On my Mastech, 30v-20amp I use 3.7V @20amps. When it reaches down to 10-12 amp I shut it off and it settles at 3.35 to 3.36 which seems to be about 95% charge. (for bench testing I can go down to 0amps, but will sure not want to have to wait around when charging the pack in the car, so trying to find a good amp rate vs voltage ~ equaling 90-95% charge.

(BTW: do I assume that TS 160ah is160ah? Since my Calbs are 180ah, but deliver 195ah, is that just unusual or is TS 160 the same 8% over as well, giving me ~173ah when new and fully charged?)

Francis


----------



## kimpaw (Feb 8, 2009)

I made the plumber strap busses yesterday and I think they will work pretty well.
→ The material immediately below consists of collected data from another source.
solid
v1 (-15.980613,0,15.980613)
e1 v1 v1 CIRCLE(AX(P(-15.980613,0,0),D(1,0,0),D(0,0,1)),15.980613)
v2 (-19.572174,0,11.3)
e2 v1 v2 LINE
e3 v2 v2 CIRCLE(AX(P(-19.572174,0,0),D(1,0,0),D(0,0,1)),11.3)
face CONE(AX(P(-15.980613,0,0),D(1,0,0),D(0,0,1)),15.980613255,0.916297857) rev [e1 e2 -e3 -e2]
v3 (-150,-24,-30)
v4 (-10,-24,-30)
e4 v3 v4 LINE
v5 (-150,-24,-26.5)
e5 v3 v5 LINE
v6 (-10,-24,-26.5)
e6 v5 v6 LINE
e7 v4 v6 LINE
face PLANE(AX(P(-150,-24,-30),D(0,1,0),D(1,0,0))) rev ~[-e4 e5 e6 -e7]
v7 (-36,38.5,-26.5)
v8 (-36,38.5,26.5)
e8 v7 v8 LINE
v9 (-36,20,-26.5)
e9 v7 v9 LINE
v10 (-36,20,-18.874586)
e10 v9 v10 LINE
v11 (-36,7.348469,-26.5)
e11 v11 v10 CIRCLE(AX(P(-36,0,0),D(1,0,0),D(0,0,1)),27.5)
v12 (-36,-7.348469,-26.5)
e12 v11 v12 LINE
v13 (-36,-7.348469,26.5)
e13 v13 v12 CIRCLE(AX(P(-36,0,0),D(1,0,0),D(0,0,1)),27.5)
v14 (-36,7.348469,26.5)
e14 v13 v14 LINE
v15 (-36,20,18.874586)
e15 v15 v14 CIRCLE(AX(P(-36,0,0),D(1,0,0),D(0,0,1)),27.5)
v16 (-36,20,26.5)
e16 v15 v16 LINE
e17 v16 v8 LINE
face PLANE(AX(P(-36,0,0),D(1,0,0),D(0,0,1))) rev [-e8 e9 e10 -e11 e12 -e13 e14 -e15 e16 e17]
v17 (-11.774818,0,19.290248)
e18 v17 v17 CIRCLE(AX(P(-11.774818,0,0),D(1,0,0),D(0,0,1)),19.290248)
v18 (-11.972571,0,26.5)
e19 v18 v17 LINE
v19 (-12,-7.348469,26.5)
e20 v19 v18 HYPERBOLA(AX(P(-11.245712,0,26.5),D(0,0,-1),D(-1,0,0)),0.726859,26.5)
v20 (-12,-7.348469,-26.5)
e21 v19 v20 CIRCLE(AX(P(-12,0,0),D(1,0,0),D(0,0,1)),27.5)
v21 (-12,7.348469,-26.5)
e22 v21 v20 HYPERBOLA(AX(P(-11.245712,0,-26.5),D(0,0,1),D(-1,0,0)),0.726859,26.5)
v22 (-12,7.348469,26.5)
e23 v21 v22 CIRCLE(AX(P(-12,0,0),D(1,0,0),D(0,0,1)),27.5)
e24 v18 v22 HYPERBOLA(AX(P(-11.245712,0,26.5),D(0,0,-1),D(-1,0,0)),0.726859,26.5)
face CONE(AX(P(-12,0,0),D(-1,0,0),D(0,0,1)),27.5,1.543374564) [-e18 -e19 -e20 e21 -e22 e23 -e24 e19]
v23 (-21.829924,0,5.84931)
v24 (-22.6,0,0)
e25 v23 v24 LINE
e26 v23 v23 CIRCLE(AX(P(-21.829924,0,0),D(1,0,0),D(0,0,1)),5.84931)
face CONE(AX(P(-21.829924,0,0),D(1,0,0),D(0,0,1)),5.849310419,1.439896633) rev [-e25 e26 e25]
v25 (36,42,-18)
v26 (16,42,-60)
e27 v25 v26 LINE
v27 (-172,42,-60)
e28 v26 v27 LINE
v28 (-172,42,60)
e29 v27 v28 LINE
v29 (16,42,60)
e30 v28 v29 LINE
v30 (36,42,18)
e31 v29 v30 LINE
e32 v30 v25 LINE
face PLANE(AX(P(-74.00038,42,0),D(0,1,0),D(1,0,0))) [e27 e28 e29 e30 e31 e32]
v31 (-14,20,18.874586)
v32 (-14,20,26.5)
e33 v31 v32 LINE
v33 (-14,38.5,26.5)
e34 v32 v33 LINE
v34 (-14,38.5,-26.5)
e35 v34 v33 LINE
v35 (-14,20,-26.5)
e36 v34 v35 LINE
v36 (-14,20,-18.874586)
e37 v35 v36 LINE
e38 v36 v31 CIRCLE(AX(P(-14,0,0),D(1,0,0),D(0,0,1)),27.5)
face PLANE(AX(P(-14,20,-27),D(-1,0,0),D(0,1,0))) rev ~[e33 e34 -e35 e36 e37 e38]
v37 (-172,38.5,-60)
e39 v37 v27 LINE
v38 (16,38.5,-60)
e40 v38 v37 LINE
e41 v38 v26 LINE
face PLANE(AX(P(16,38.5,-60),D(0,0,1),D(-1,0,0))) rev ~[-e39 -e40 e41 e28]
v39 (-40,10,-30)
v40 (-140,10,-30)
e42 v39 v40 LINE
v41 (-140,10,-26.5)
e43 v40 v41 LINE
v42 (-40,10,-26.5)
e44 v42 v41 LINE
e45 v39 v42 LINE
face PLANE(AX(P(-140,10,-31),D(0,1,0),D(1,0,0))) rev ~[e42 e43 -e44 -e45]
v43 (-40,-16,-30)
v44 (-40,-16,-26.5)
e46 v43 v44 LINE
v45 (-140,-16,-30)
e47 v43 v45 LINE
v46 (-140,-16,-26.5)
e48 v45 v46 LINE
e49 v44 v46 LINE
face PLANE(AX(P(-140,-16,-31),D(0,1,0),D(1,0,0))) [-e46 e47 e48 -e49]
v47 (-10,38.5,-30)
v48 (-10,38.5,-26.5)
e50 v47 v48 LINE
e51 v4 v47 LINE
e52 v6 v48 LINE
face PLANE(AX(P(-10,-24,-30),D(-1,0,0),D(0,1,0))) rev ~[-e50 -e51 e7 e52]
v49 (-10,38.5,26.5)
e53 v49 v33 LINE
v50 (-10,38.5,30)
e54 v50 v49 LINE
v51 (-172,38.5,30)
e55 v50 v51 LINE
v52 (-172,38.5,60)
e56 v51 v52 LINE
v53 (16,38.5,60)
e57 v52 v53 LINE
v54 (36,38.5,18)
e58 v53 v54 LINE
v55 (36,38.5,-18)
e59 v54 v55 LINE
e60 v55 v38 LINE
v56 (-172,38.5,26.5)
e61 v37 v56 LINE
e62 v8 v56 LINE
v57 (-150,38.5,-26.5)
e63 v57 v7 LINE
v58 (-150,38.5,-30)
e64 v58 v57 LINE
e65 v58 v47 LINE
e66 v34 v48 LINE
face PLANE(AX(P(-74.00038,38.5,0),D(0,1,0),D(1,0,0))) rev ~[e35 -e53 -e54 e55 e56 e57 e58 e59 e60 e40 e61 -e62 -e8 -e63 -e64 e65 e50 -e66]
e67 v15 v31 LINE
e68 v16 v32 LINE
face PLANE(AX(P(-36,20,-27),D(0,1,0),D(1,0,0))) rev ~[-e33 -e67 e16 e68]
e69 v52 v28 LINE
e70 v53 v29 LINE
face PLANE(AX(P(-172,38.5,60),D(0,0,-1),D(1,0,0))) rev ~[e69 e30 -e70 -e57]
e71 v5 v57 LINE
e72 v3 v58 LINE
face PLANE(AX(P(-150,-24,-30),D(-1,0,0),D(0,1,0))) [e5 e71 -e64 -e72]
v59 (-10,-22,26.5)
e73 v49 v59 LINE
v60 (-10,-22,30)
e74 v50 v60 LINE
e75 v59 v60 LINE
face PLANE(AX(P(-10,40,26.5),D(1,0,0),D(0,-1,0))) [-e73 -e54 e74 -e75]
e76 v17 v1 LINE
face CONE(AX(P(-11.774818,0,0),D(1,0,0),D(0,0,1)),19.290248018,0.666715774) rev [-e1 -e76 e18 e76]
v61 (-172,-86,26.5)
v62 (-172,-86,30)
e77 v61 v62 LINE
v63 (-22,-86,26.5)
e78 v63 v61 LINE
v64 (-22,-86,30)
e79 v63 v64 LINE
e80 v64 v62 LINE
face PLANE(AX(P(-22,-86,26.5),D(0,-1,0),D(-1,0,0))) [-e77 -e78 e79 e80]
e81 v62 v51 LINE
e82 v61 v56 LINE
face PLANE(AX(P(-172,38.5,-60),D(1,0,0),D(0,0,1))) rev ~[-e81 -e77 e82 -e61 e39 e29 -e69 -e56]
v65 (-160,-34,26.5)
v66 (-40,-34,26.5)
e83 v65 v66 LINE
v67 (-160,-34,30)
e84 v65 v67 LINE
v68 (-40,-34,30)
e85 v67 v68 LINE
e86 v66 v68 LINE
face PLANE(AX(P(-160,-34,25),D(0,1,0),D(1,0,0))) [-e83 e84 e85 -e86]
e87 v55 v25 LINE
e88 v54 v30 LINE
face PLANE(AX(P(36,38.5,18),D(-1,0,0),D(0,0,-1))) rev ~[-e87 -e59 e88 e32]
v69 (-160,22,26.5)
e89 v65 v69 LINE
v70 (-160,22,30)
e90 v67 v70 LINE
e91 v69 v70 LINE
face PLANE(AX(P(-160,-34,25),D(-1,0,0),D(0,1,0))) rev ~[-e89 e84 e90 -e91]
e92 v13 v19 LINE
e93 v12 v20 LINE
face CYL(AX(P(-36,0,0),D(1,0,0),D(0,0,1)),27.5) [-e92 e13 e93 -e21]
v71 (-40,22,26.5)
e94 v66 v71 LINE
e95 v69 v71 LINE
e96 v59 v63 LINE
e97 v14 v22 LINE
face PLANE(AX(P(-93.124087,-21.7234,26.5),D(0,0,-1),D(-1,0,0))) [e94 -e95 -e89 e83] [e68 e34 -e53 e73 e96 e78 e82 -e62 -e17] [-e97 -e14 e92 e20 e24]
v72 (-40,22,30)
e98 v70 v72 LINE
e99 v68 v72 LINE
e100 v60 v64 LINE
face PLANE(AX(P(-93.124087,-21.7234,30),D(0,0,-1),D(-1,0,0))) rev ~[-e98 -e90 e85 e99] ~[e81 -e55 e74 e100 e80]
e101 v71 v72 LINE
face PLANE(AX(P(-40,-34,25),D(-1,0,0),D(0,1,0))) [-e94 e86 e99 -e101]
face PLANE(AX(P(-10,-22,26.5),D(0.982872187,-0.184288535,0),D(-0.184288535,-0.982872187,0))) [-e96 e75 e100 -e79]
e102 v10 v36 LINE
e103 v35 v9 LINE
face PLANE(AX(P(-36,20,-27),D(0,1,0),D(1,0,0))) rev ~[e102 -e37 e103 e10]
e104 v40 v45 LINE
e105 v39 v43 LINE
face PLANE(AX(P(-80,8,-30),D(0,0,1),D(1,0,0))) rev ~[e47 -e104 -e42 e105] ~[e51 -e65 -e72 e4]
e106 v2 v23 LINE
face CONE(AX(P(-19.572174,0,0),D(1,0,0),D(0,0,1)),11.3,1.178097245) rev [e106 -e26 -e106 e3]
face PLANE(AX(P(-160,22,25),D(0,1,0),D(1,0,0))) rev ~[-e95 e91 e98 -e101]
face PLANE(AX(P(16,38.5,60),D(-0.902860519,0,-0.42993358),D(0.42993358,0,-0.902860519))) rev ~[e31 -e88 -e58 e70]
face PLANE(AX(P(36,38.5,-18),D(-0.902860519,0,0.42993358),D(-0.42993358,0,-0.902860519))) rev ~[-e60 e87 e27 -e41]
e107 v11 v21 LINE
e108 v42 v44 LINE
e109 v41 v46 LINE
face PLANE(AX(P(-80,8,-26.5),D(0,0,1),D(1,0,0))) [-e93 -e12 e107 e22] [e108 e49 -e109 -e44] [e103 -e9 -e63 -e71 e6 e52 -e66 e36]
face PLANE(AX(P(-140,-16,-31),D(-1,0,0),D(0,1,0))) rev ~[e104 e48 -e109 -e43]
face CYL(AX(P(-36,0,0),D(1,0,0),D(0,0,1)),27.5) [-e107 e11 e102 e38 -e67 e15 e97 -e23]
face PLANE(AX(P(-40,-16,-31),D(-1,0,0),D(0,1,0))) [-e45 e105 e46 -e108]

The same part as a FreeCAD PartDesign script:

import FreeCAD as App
import Part
import Sketcher
from FreeCAD import Vector
Q = App.Units.Quantity


def add_polygon(sketch, points):
    """Adds a closed chain of lines whose ends are joined by coincident constraints."""
    first, n = sketch.GeometryCount, len(points)
    for a, b in zip(points, points[1:] + points[:1]):
        sketch.addGeometry(Part.LineSegment(App.Vector(*a, 0), App.Vector(*b, 0)), False)
    for i in range(n):
        sketch.addConstraint(Sketcher.Constraint("Coincident", first + i, 2, first + (i + 1) % n, 1))

doc = App.newDocument("Part")
params = doc.addObject("Spreadsheet::Sheet", "Params")
for row, (alias, value) in enumerate([
    ("sketch1_width", "188 mm"),
    ("sketch1_height", "36 mm"),
    ("sketch1_height2", "120 mm"),
    ("pad1_length", "3.5 mm"),
    ("sketch2_width", "162 mm"),
    ("sketch2_width2", "150 mm"),
    ("sketch2_height", "126 mm"),
    ("sketch2_height2", "62 mm"),
    ("pad2_length", "3.5 mm"),
    ("sketch3_width", "140 mm"),
    ("sketch3_height", "64 mm"),
    ("pad3_length", "3.5 mm"),
    ("sketch4_width", "22 mm"),
    ("sketch4_height", "20 mm"),
    ("pad4_length", "54 mm"),
    ("sketch5_width", "24 mm"),
    ("sketch5_width2", "13.4 mm"),
    ("sketch5_height", "27.5 mm"),
    ("revolution_angle", "360 deg"),
    ("sketch6_width", "120 mm"),
    ("sketch6_height", "56 mm"),
    ("pocket1_length", "6 mm"),
    ("sketch7_width", "100 mm"),
    ("sketch7_height", "26 mm"),
    ("pocket2_length", "6 mm"),
], start=1):
    params.set(f"A{row}", alias)
    params.set(f"B{row}", "=" + value)
    params.setAlias(f"B{row}", alias)

body = doc.addObject("PartDesign::Body", "Body")

sketch1 = body.newObject("Sketcher::SketchObject", "Sketch")
sketch1.AttachmentSupport = (doc.getObject("XZ_Plane"), [""])
sketch1.MapMode = "FlatFace"
sketch1.AttachmentOffset = App.Placement(Vector(0, 0, -38.5), App.Rotation())
add_polygon(sketch1, [(-172, 60), (16, 60), (36, 18), (36, -18), (16, -60), (-172, -60)])
sketch1.addConstraint(Sketcher.Constraint("Horizontal", 0))
sketch1.addConstraint(Sketcher.Constraint("Vertical", 2))
sketch1.addConstraint(Sketcher.Constraint("Horizontal", 4))
sketch1.addConstraint(Sketcher.Constraint("Vertical", 5))
sketch1.addConstraint(Sketcher.Constraint("Symmetric", 0, 2, 3, 2, -1))
sketch1.addConstraint(Sketcher.Constraint("Equal", 1, 3))
sketch1.addConstraint(Sketcher.Constraint("DistanceX", 0, 1, 0, 2, Q("188 mm")))
sketch1.addConstraint(Sketcher.Constraint("DistanceY", 2, 2, 2, 1, Q("36 mm")))
sketch1.addConstraint(Sketcher.Constraint("DistanceY", 5, 1, 5, 2, Q("120 mm")))
sketch1.addConstraint(Sketcher.Constraint("DistanceX", -1, 1, 0, 2, Q("16 mm")))
sketch1.addConstraint(Sketcher.Constraint("DistanceX", -1, 1, 1, 2, Q("36 mm")))
sketch1.setExpression("Constraints[12]", "Params.sketch1_width")
sketch1.setExpression("Constraints[13]", "Params.sketch1_height")
sketch1.setExpression("Constraints[14]", "Params.sketch1_height2")
pad1 = body.newObject("PartDesign::Pad", "Pad")
pad1.Profile = sketch1
pad1.setExpression("Length", "Params.pad1_length")
pad1.Reversed = True

sketch2 = body.newObject("Sketcher::SketchObject", "Sketch001")
sketch2.AttachmentSupport = (doc.getObject("XY_Plane"), [""])
sketch2.MapMode = "FlatFace"
sketch2.AttachmentOffset = App.Placement(Vector(0, 0, 26.5), App.Rotation())
add_polygon(sketch2, [(-10, 40), (-172, 40), (-172, -86), (-22, -86), (-10, -22)])
sketch2.addConstraint(Sketcher.Constraint("Horizontal", 0))
sketch2.addConstraint(Sketcher.Constraint("Vertical", 1))
sketch2.addConstraint(Sketcher.Constraint("Horizontal", 2))
sketch2.addConstraint(Sketcher.Constraint("Vertical", 4))
sketch2.addConstraint(Sketcher.Constraint("DistanceX", 0, 2, 0, 1, Q("162 mm")))
sketch2.addConstraint(Sketcher.Constraint("DistanceX", 2, 1, 2, 2, Q("150 mm")))
sketch2.addConstraint(Sketcher.Constraint("DistanceY", 1, 2, 1, 1, Q("126 mm")))
sketch2.addConstraint(Sketcher.Constraint("DistanceY", 4, 1, 4, 2, Q("62 mm")))
sketch2.addConstraint(Sketcher.Constraint("DistanceX", 0, 2, -1, 1, Q("172 mm")))
sketch2.addConstraint(Sketcher.Constraint("DistanceY", -1, 1, 0, 2, Q("40 mm")))
sketch2.setExpression("Constraints[9]", "Params.sketch2_width")
sketch2.setExpression("Constraints[10]", "Params.sketch2_width2")
sketch2.setExpression("Constraints[11]", "Params.sketch2_height")
sketch2.setExpression("Constraints[12]", "Params.sketch2_height2")
pad2 = body.newObject("PartDesign::Pad", "Pad001")
pad2.Profile = sketch2
pad2.setExpression("Length", "Params.pad2_length")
I wonder how much current they will handle ? I have to wait for my new PS to arrive and I will get to the job at hand. Thanks, this is all very helpful information for me! Kimball


----------



## dtbaker (Jan 5, 2008)

kimpaw said:


> I made the plumber strap busses yesterday and I think they will work pretty well. I wonder how much current they will handle ? I have to wait for my new PS to arrive and I will get to the job at hand. Thanks, this is all very helpful information for me! Kimball


steel strap may work, but will have way higher resistance than even small 16 ga wire... and the uninsulated stretch of the strap between terminals presents a shorting hazard if you happen to drop a wrench. I would highly suggest you whip up some short lengths of insulated 16ga copper wire instead to make your jumpers. 

or... at least consider taping the middle sections, or putting length of bike tube to protect from accidental shorts.


----------



## kimpaw (Feb 8, 2009)

dtbaker said:


> steel strap may work, but will have way higher resistance than even small 16 ga wire... and the uninsulated stretch of the strap between terminals presents a shorting hazard if you happen to drop a wrench. I would highly suggest you whip up some short lengths of insulated 16ga copper wire instead to make your jumpers.
> 
> or... at least consider taping the middle sections, or putting length of bike tube to protect from accidental shorts.


I will put a long strip of tape covering the bolt heads also. kimball


----------